*** Working data ***

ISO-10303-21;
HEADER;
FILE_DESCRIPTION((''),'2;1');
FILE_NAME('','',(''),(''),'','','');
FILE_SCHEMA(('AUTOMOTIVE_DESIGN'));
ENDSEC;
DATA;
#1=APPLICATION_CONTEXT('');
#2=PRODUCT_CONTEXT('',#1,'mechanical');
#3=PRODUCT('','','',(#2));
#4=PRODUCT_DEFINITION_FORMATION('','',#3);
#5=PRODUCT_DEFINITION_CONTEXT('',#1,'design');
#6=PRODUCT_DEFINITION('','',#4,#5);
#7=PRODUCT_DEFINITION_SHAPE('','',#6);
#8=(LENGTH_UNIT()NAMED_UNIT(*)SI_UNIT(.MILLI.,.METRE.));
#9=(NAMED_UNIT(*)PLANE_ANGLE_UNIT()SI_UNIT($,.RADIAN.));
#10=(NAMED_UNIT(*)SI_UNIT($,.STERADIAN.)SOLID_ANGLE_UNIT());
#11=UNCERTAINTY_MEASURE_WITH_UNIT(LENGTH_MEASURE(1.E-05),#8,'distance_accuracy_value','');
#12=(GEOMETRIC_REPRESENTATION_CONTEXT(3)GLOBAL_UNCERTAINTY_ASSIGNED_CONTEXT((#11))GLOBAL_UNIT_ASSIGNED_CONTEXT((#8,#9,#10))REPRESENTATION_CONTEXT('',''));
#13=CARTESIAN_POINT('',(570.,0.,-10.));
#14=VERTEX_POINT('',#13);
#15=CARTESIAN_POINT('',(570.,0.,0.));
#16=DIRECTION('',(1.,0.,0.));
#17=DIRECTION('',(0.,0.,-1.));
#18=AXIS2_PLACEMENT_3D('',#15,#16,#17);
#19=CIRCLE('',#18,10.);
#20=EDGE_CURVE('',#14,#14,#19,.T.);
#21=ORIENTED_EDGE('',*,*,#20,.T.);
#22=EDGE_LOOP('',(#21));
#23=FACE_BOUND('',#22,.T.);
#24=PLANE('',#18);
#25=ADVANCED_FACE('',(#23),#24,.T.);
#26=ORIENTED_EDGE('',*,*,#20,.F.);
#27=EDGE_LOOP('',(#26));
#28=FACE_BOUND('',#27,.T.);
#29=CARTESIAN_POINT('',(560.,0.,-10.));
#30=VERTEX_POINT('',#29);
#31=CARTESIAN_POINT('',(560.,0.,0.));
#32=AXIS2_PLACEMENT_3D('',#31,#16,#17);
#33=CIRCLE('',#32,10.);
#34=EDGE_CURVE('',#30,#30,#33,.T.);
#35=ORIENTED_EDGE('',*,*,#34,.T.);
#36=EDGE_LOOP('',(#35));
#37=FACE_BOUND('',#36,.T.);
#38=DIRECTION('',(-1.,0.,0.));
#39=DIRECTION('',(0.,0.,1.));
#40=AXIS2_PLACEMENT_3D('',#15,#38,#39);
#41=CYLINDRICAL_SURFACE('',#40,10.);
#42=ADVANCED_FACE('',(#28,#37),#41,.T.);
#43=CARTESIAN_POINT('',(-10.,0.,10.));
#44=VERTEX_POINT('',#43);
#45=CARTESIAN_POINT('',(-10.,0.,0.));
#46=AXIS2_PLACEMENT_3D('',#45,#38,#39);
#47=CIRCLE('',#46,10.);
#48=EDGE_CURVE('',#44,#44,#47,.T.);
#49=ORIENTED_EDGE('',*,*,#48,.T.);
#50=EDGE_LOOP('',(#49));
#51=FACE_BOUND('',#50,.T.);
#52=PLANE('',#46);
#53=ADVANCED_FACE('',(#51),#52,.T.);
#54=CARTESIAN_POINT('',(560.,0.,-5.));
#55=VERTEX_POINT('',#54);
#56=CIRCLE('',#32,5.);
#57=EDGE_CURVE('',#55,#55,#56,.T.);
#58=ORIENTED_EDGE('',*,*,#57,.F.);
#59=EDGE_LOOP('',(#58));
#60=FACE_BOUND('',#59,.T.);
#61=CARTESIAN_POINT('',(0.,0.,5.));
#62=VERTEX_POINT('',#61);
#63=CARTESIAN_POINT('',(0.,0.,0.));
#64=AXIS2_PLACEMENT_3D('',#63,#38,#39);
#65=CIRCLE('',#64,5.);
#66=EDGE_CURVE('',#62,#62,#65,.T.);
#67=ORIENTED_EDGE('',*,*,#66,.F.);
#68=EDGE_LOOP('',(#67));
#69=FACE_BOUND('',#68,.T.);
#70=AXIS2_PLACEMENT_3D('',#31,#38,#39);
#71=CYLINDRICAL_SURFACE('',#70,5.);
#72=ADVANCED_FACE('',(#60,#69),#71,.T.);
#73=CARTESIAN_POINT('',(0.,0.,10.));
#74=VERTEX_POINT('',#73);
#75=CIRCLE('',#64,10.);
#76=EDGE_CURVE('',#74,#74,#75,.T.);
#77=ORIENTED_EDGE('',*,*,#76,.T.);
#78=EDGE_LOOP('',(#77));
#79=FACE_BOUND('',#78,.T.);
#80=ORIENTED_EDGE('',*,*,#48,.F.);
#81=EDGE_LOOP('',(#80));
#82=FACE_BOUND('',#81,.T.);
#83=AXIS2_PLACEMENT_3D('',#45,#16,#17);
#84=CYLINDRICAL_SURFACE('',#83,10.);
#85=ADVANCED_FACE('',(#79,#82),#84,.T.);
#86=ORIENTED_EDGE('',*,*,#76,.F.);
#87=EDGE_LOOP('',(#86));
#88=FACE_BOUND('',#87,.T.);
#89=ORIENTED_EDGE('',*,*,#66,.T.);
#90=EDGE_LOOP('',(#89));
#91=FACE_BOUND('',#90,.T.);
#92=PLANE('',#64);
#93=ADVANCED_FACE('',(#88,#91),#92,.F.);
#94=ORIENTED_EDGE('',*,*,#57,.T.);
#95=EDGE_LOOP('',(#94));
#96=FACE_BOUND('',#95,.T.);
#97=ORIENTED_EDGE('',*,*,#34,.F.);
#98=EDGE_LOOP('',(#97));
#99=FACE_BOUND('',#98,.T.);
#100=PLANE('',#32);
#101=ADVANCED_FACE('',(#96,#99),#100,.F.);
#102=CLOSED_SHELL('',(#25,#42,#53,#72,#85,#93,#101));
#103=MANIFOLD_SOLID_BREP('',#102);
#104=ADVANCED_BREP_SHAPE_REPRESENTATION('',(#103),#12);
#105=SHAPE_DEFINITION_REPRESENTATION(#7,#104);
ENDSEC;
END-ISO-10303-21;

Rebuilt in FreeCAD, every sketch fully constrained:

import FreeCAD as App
import Part
import Sketcher

doc = App.newDocument("Part")
params = doc.addObject("Spreadsheet::Sheet", "Params")
for row, (alias, value) in enumerate([
    ("sketch1_diameter", "10 mm"),
    ("pad1_length", "560 mm"),
    ("sketch2_diameter", "20 mm"),
    ("pad2_length", "10 mm"),
    ("sketch3_diameter", "20 mm"),
    ("pad3_length", "10 mm"),
], start=1):
    params.set(f"A{row}", alias)
    params.set(f"B{row}", "=" + value)
    params.setAlias(f"B{row}", alias)

body = doc.addObject("PartDesign::Body", "Body")

sketch1 = body.newObject("Sketcher::SketchObject", "Sketch")
sketch1.AttachmentSupport = (doc.getObject("YZ_Plane"), [""])
sketch1.MapMode = "FlatFace"
sketch1.addGeometry(Part.Circle(App.Vector(0, 0, 0), App.Vector(0, 0, 1), 5), False)
sketch1.addConstraint([
    Sketcher.Constraint("Coincident", 0, 3, -1, 1),
    Sketcher.Constraint("Diameter", 0, 10.0),
])
sketch1.setExpression("Constraints[1]", "Params.sketch1_diameter")
pad1 = body.newObject("PartDesign::Pad", "Pad")
pad1.Profile = sketch1
pad1.setExpression("Length", "Params.pad1_length")

sketch2 = body.newObject("Sketcher::SketchObject", "Sketch001")
sketch2.AttachmentSupport = (doc.getObject("YZ_Plane"), [""])
sketch2.MapMode = "FlatFace"
sketch2.AttachmentOffset = App.Placement(App.Vector(0, 0, 560), App.Rotation())
sketch2.addGeometry(Part.Circle(App.Vector(0, 0, 0), App.Vector(0, 0, 1), 10), False)
sketch2.addConstraint([
    Sketcher.Constraint("Coincident", 0, 3, -1, 1),
    Sketcher.Constraint("Diameter", 0, 20.0),
])
sketch2.setExpression("Constraints[1]", "Params.sketch2_diameter")
pad2 = body.newObject("PartDesign::Pad", "Pad001")
pad2.Profile = sketch2
pad2.setExpression("Length", "Params.pad2_length")

sketch3 = body.newObject("Sketcher::SketchObject", "Sketch002")
sketch3.AttachmentSupport = (doc.getObject("YZ_Plane"), [""])
sketch3.MapMode = "FlatFace"
sketch3.addGeometry(Part.Circle(App.Vector(0, 0, 0), App.Vector(0, 0, 1), 10), False)
sketch3.addConstraint([
    Sketcher.Constraint("Coincident", 0, 3, -1, 1),
    Sketcher.Constraint("Diameter", 0, 20.0),
])
sketch3.setExpression("Constraints[1]", "Params.sketch3_diameter")
pad3 = body.newObject("PartDesign::Pad", "Pad002")
pad3.Profile = sketch3
pad3.setExpression("Length", "Params.pad3_length")
pad3.Reversed = True

doc.recompute()
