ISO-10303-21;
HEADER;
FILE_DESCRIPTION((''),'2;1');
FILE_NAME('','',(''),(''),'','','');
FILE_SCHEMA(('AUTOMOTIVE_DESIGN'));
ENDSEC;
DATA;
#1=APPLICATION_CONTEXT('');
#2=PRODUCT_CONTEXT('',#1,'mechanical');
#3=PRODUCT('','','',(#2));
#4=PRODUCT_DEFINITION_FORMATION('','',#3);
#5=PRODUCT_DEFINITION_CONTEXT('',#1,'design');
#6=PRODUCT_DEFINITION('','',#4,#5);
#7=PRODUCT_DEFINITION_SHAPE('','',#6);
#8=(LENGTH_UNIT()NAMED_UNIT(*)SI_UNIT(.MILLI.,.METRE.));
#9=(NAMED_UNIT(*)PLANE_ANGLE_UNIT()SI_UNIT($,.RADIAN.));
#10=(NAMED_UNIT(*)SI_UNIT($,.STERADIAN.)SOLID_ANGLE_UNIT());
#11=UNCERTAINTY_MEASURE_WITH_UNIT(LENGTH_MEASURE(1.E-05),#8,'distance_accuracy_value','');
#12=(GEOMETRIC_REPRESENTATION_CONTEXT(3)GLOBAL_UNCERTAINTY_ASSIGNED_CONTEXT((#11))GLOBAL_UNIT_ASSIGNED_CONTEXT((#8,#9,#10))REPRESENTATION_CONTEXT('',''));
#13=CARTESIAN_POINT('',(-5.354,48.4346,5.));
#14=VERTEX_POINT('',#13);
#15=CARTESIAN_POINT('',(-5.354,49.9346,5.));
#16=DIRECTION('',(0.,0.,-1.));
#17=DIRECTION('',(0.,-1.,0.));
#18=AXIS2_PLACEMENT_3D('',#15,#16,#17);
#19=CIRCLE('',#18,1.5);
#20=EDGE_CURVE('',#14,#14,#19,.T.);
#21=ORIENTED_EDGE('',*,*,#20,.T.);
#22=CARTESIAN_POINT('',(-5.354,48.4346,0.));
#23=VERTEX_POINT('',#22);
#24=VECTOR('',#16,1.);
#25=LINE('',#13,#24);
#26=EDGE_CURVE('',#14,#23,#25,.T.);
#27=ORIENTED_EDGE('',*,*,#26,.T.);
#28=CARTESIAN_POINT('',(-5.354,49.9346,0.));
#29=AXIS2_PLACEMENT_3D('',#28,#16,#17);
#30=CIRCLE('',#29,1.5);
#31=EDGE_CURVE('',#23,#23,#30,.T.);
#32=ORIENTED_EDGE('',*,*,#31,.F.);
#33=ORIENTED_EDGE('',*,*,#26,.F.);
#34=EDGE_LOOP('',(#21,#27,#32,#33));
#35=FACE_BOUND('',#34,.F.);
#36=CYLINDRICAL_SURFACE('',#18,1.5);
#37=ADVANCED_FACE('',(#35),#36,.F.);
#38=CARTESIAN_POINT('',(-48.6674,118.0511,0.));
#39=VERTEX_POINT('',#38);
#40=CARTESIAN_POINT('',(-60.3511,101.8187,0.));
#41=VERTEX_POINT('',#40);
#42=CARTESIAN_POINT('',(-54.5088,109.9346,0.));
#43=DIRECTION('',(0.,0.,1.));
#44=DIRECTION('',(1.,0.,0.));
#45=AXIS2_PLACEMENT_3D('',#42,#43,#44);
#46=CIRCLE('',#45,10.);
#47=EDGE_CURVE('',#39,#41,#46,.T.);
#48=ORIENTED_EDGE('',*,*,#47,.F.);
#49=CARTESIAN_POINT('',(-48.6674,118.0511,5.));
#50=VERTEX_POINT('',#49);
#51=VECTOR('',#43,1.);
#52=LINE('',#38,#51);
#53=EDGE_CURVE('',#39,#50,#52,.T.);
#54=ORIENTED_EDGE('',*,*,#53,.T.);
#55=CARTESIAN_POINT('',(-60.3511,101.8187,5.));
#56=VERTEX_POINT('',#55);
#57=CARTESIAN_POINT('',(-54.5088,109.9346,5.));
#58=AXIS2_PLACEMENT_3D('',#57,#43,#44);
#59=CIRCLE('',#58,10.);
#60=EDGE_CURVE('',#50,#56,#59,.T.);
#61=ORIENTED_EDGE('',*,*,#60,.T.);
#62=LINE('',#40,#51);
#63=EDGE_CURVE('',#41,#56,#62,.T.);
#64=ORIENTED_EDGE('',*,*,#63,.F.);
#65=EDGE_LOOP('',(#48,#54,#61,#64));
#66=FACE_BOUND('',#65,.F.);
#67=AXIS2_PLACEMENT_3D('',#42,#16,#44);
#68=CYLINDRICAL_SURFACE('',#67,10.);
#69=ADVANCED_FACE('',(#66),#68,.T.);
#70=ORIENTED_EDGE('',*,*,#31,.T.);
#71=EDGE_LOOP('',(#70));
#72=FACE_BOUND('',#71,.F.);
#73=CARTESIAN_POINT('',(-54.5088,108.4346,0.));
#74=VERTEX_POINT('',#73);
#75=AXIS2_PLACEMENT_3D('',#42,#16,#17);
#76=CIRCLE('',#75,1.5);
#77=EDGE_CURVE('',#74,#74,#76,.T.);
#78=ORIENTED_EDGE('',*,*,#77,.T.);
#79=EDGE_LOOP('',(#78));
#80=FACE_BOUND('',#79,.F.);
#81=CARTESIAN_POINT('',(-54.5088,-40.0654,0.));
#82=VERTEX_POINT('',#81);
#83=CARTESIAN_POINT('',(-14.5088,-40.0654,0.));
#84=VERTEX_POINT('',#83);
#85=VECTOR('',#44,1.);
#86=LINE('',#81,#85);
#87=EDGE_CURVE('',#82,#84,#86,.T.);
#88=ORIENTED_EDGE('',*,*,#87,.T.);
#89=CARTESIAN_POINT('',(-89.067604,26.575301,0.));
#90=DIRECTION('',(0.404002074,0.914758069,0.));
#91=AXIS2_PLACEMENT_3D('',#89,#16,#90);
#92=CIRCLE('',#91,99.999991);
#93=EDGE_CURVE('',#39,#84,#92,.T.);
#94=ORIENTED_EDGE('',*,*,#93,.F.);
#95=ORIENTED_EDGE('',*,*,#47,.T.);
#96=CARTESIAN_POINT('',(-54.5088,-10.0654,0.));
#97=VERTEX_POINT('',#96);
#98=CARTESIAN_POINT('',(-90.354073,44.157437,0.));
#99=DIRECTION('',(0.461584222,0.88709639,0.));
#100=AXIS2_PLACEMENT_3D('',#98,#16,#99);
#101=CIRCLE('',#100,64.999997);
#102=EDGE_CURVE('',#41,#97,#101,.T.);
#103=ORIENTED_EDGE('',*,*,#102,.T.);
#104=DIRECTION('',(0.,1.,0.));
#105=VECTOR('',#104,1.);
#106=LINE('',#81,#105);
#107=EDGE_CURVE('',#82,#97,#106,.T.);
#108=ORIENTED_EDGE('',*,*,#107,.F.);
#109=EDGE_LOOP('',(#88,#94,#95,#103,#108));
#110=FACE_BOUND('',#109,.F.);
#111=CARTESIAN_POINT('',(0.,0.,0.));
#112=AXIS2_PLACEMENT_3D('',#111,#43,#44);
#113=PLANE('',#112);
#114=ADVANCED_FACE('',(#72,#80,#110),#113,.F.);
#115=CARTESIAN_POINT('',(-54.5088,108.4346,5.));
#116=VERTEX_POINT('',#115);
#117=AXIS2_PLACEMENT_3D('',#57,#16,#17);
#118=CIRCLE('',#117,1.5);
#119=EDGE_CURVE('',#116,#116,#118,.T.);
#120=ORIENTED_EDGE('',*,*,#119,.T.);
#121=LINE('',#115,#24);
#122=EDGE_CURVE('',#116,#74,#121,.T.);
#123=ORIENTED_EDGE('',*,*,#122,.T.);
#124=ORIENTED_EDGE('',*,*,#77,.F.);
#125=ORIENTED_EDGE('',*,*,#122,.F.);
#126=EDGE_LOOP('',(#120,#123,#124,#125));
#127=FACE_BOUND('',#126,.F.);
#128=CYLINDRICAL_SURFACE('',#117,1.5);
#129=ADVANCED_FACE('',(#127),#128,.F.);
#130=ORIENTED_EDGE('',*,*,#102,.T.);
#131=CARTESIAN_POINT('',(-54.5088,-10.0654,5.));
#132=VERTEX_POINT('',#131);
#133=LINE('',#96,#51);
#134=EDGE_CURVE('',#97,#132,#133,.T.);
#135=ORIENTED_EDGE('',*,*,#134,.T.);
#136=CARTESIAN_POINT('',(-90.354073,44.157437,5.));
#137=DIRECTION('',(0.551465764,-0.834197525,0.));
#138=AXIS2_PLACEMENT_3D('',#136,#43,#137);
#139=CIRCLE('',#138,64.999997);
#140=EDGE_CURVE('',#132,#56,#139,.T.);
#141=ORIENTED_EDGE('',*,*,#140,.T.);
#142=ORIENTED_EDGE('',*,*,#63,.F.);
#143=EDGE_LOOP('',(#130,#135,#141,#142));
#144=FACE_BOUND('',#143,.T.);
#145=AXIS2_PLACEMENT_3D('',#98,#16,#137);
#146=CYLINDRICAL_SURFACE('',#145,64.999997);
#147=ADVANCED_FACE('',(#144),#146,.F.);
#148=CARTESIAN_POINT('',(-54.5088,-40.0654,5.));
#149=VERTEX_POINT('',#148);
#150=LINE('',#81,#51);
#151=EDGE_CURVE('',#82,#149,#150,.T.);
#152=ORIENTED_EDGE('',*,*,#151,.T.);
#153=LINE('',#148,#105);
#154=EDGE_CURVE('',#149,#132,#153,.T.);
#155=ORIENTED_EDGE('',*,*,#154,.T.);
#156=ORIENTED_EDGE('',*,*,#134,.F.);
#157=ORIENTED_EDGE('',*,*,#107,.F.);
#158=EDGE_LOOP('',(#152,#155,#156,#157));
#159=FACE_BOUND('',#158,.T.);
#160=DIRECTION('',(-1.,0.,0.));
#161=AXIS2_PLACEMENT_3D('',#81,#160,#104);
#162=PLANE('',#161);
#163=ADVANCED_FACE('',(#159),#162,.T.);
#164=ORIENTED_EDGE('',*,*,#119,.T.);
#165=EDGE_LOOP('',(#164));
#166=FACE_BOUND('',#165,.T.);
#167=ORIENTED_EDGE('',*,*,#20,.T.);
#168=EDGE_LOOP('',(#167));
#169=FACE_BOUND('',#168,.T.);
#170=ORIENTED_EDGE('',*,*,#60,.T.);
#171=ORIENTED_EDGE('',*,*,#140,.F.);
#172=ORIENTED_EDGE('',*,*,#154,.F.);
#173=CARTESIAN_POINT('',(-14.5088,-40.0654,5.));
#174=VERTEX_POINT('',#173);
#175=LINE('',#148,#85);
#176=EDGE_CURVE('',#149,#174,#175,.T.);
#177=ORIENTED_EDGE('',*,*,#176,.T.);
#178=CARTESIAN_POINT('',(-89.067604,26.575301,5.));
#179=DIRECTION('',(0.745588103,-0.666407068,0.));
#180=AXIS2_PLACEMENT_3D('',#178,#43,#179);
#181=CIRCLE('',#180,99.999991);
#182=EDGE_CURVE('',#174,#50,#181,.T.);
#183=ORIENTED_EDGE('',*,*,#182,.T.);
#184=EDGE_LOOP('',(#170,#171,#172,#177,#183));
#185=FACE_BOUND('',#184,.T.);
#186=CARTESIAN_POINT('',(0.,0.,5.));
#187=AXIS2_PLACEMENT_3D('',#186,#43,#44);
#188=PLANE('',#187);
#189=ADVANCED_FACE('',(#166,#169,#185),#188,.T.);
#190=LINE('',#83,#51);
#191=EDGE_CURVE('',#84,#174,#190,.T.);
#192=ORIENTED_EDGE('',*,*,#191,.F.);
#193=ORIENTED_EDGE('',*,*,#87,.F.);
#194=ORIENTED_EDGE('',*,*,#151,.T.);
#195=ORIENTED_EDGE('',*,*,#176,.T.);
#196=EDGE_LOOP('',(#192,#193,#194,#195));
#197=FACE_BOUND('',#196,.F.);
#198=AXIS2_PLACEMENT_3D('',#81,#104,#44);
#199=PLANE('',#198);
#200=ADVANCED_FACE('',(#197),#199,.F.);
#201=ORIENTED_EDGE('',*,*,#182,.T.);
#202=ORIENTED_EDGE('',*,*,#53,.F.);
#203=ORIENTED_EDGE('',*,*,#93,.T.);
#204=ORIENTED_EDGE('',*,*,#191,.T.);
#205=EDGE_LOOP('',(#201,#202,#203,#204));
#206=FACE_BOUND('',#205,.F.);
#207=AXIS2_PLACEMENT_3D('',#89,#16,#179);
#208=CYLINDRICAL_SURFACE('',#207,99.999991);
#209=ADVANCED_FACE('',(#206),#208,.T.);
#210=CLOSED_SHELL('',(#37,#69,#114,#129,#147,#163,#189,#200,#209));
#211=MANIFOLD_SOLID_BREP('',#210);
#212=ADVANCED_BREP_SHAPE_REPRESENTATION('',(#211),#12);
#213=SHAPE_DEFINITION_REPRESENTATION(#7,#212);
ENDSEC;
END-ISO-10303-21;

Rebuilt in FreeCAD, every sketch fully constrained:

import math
import FreeCAD as App
import Part
import Sketcher
from FreeCAD import Vector

doc = App.newDocument("Part")
body = doc.addObject("PartDesign::Body", "Body")

# Sketch on XY plane
sketch1 = doc.addObject("Sketcher::SketchObject", "Sketch")
body.addObject(sketch1)
sketch1.AttachmentSupport = (doc.XY_Plane, [""])
sketch1.MapMode = "FlatFace"
sketch1.addGeometry([
    Part.LineSegment(Vector(-55, -10, 0), Vector(-55, -40, 0)),  # 0
    Part.LineSegment(Vector(-55, -40, 0), Vector(-15, -40, 0)),  # 1
    Part.ArcOfCircle(Part.Circle(Vector(-89, 27, 0), Vector(0, 0, 1), 100), math.radians(-42), math.radians(66)),  # 2
    Part.ArcOfCircle(Part.Circle(Vector(-55, 110, 0), Vector(0, 0, 1), 10), math.radians(54), math.radians(234)),  # 3
    Part.ArcOfCircle(Part.Circle(Vector(-90, 44, 0), Vector(0, 0, 1), 65), math.radians(-57), math.radians(63)),  # 4
], False)
sketch1.addConstraint([
    Sketcher.Constraint("Coincident", 0, 2, 1, 1),
    Sketcher.Constraint("Coincident", 1, 2, 2, 1),
    Sketcher.Constraint("Coincident", 2, 2, 3, 1),
    Sketcher.Constraint("Coincident", 3, 2, 4, 2),
    Sketcher.Constraint("Coincident", 4, 1, 0, 1),
    Sketcher.Constraint("Vertical", 0),
    Sketcher.Constraint("Horizontal", 1),
    Sketcher.Constraint("Vertical", 3, 3, 0, 2),
    Sketcher.Constraint("Radius", 2, 100.0),
    Sketcher.Constraint("Radius", 3, 10.0),
    Sketcher.Constraint("Radius", 4, 65.0),
    Sketcher.Constraint("DistanceX", 1, 1, 1, 2, 40.0),
    Sketcher.Constraint("DistanceY", 0, 2, 0, 1, 30.0),
    Sketcher.Constraint("DistanceY", 0, 2, 3, 3, 150.0),
    Sketcher.Constraint("DistanceX", 4, 3, -1, 1, 90.354),
    Sketcher.Constraint("DistanceY", -1, 1, 2, 2, 118.051),
    Sketcher.Constraint("DistanceX", 3, 2, -1, 1, 60.351),
    Sketcher.Constraint("DistanceY", 2, 3, 4, 3, 17.582),
])
pad1 = doc.addObject("PartDesign::Pad", "Pad")
body.addObject(pad1)
pad1.Profile = sketch1
pad1.Length = 5

# Sketch on XY plane
sketch2 = doc.addObject("Sketcher::SketchObject", "Sketch001")
body.addObject(sketch2)
sketch2.AttachmentSupport = (doc.XY_Plane, [""])
sketch2.MapMode = "FlatFace"
sketch2.AttachmentOffset = App.Placement(Vector(0, 0, 5), App.Rotation())
sketch2.addGeometry(Part.Circle(Vector(-54.5, 109.9, 0), Vector(0, 0, 1), 1.5), False)
sketch2.addConstraint([
    Sketcher.Constraint("Diameter", 0, 3.0),
    Sketcher.Constraint("DistanceX", 0, 3, -1, 1, 54.5088),
    Sketcher.Constraint("DistanceY", -1, 1, 0, 3, 109.9346),
])
doc.recompute()
hole = doc.addObject("PartDesign::Hole", "Hole")
body.addObject(hole)
hole.Profile = sketch2
hole.ThreadType = "None"
hole.Diameter = 3
hole.DepthType = "ThroughAll"

# Sketch on XY plane
sketch3 = doc.addObject("Sketcher::SketchObject", "Sketch002")
body.addObject(sketch3)
sketch3.AttachmentSupport = (doc.XY_Plane, [""])
sketch3.MapMode = "FlatFace"
sketch3.AttachmentOffset = App.Placement(Vector(0, 0, 5), App.Rotation())
sketch3.addGeometry(Part.Circle(Vector(-5.4, 49.9, 0), Vector(0, 0, 1), 1.5), False)
sketch3.addConstraint([
    Sketcher.Constraint("Diameter", 0, 3.0),
    Sketcher.Constraint("DistanceX", 0, 3, -1, 1, 5.354),
    Sketcher.Constraint("DistanceY", -1, 1, 0, 3, 49.9346),
])
doc.recompute()
hole2 = doc.addObject("PartDesign::Hole", "Hole001")
body.addObject(hole2)
hole2.Profile = sketch3
hole2.ThreadType = "None"
hole2.Diameter = 3
hole2.DepthType = "ThroughAll"

doc.recompute()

*** End of Working data ***

_Activity_
For this exercise, please output exactly the lines above starting at the line with "#17=DIRECTION('',(0.,0.,-1.));" and ending at the line with "#24=PLANE('',#18);", ends included.

_Completed task_
#17=DIRECTION('',(0.,0.,-1.));
#18=AXIS2_PLACEMENT_3D('',#15,#16,#17);
#19=CIRCLE('',#18,10.);
#20=EDGE_CURVE('',#14,#14,#19,.T.);
#21=ORIENTED_EDGE('',*,*,#20,.T.);
#22=EDGE_LOOP('',(#21));
#23=FACE_BOUND('',#22,.T.);
#24=PLANE('',#18);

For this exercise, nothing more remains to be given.